Part of the statement read: “Oranto Petroleum would like to use this opportunity to respond to the false narrative currently being perpetuated by the Government of Senegal on the St Louis & Cayar Offshore Licenses previously operated by Oranto Petroleum.
“As a matter of fact, Oranto Petroleum in 2025 decided to suspend any further investments in the St Louis & Cayar Licenses in Senegal after the Government of Senegal insisted on US$ 25 Million Bank Guarantee as against agreed Corporate Guarantee as being provided by other Operators in Senegal.
“For record purposes, till date, Oranto Petroleum has committed over US$45 Million in expenditures in Senegal covering activities such as seismic acquisition & interpretation, acreage rental, social projects and training of Senegalese locals as stipulated in the contract. These records exist and can be fact checked.
“It is worth mentioning that for reasons best known to the Government of Senegal, Oranto Petroleum has been singled out in this false narrative – this we classify as unfair, unjustified and targeted.
“We would like to use this opportunity to state that other foreign entities operating in Senegal are also facing challenges doing business in Senegal and this calls for concern.

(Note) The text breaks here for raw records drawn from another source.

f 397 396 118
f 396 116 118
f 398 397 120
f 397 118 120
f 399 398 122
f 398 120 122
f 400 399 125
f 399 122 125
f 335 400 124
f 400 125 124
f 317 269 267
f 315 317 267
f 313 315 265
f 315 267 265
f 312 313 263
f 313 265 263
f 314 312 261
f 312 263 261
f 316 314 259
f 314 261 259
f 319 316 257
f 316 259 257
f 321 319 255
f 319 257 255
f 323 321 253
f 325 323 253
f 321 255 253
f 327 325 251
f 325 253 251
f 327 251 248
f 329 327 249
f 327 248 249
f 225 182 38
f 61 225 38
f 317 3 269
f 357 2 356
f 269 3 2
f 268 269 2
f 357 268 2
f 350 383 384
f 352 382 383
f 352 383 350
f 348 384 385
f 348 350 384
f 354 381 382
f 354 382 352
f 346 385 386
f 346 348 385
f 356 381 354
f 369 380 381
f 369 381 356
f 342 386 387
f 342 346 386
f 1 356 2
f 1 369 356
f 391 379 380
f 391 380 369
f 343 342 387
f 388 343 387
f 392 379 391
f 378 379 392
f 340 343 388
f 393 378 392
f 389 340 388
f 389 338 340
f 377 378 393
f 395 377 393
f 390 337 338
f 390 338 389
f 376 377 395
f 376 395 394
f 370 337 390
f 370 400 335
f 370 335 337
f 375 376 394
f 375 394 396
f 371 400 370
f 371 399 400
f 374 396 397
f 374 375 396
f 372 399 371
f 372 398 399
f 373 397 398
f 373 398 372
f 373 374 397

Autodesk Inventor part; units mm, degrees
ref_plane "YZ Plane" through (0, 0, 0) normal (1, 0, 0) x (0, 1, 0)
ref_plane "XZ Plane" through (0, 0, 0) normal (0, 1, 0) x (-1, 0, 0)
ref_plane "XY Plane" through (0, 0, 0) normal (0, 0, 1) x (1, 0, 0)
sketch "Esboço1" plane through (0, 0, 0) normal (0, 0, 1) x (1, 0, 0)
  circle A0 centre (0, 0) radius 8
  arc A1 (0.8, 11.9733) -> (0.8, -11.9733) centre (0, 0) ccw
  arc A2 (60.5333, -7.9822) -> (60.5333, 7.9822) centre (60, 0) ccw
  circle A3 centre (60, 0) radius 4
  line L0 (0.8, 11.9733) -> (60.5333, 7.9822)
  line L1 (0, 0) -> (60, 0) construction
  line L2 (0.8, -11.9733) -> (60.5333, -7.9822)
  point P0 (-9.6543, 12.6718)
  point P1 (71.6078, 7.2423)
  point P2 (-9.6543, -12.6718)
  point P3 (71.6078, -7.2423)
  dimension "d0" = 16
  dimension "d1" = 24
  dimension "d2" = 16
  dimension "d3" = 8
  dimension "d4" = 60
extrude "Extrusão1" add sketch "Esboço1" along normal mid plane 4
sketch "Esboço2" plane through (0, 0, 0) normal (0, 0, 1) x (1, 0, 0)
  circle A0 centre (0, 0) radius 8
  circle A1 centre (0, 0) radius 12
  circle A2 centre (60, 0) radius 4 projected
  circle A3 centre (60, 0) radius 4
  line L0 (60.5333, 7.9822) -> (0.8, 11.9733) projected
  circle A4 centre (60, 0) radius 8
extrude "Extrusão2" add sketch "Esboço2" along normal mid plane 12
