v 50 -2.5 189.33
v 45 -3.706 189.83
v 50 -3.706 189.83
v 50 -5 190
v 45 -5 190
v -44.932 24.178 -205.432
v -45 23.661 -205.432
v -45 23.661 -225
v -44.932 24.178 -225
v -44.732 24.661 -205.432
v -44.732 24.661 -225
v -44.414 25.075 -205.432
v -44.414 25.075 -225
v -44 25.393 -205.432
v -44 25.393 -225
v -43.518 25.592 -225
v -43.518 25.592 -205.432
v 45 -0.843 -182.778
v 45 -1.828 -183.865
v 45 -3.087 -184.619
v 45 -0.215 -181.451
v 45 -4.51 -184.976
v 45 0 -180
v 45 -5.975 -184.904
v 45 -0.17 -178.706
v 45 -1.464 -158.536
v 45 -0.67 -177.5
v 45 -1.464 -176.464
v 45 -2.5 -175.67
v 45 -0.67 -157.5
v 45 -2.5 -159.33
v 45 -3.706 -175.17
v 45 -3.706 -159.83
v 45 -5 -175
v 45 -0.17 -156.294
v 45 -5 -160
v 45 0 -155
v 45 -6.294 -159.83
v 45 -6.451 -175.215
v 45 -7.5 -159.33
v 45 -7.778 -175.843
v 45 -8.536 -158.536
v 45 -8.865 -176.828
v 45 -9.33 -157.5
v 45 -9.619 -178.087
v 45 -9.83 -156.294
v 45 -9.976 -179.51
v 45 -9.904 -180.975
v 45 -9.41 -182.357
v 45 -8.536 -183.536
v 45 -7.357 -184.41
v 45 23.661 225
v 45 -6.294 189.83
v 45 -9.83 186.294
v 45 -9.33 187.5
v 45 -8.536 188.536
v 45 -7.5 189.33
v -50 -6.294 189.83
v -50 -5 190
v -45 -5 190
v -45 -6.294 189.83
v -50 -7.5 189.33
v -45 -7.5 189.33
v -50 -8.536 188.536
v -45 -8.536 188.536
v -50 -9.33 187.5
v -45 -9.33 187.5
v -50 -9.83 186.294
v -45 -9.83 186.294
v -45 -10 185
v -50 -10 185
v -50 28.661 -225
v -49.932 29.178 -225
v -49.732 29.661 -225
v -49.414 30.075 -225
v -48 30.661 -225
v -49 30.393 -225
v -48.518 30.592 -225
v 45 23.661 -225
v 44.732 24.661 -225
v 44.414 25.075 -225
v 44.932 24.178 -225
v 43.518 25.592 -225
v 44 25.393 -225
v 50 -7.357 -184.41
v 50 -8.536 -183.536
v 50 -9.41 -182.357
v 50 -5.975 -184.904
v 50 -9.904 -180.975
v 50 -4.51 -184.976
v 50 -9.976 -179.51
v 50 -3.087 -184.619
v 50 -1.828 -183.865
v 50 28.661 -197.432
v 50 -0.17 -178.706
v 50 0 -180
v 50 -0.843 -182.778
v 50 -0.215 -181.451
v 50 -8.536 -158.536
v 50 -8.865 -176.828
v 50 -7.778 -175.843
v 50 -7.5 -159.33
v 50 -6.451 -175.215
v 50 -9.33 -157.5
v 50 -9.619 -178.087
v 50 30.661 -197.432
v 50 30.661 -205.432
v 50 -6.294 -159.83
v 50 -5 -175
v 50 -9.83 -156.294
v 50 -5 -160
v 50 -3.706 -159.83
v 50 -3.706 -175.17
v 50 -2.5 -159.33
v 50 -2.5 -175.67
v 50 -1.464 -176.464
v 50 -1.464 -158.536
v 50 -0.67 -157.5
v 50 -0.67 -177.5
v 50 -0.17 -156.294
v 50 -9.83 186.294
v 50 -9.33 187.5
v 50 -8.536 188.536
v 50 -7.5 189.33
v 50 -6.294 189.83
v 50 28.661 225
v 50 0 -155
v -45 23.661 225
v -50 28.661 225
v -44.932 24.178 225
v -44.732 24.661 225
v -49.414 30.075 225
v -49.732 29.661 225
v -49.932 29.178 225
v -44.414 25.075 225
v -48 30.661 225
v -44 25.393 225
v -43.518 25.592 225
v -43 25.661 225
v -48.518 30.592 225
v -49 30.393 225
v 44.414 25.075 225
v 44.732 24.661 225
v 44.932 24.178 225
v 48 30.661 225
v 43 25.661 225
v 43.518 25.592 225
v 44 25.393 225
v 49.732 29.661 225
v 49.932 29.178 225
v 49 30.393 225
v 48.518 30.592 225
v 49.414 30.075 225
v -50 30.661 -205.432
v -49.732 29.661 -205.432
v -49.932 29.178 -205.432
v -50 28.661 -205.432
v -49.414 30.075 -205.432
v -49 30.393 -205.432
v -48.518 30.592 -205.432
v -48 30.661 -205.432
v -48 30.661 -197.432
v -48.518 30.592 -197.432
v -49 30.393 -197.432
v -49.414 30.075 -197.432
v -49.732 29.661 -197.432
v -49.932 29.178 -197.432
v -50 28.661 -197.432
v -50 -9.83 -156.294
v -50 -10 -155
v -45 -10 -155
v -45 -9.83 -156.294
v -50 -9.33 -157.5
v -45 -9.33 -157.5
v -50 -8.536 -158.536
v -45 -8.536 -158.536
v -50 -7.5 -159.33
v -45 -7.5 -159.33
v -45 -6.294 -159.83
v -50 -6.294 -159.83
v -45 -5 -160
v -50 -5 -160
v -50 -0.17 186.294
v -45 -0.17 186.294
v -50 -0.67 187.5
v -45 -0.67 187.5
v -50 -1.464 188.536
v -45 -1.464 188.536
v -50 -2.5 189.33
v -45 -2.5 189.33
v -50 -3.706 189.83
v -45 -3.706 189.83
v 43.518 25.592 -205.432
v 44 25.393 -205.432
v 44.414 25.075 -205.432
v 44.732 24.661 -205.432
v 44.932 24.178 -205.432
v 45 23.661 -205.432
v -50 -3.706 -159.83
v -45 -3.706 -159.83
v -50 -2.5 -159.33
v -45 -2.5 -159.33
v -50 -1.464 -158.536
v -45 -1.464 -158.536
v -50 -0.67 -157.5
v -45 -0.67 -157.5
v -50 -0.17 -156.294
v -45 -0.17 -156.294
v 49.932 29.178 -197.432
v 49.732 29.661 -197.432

Some of those include: Woodside currently in court of Arbitration with Government of Senegal on issues bothering
around back costs for the Sangomar Development –
https://www.africabusinessplus.com/en/829378/woodside-vs-dakar-arbitration-proceedings-can
2. Alleged plans by the Government of Senegal to nationalise Kosmos-run Yakaar-Teranga Gas
Project – https://www.reuters.com/business/energy/senegal-plans-nationalise-kosmos-run
yakaar-teranga-gas-project-2025-12-10/
and 3. British Petroleum’s exit from Senegal over disagreement with Government – https://www.offshore
technology.com/news/bp-exits-senegal-gas-field/
“It is worth noting that Oranto Petroleum remains a foremost player in Hydrocarbon Exploration in Africa having committed over US$500 Million in exploration and development of hydrocarbon in Africa.
“OrantoPetroleum as per business model remains an early explorationist focused on acreage derisking and later stage development in collaboration with third party Operators.
“Oranto Petroleum remains respectful for the rule of law in all jurisdictions where it operates and urges the public to disregard any narratives that continuously focuses on demarketing African investment opportunities geared towards the greater good of Africa and her citizens.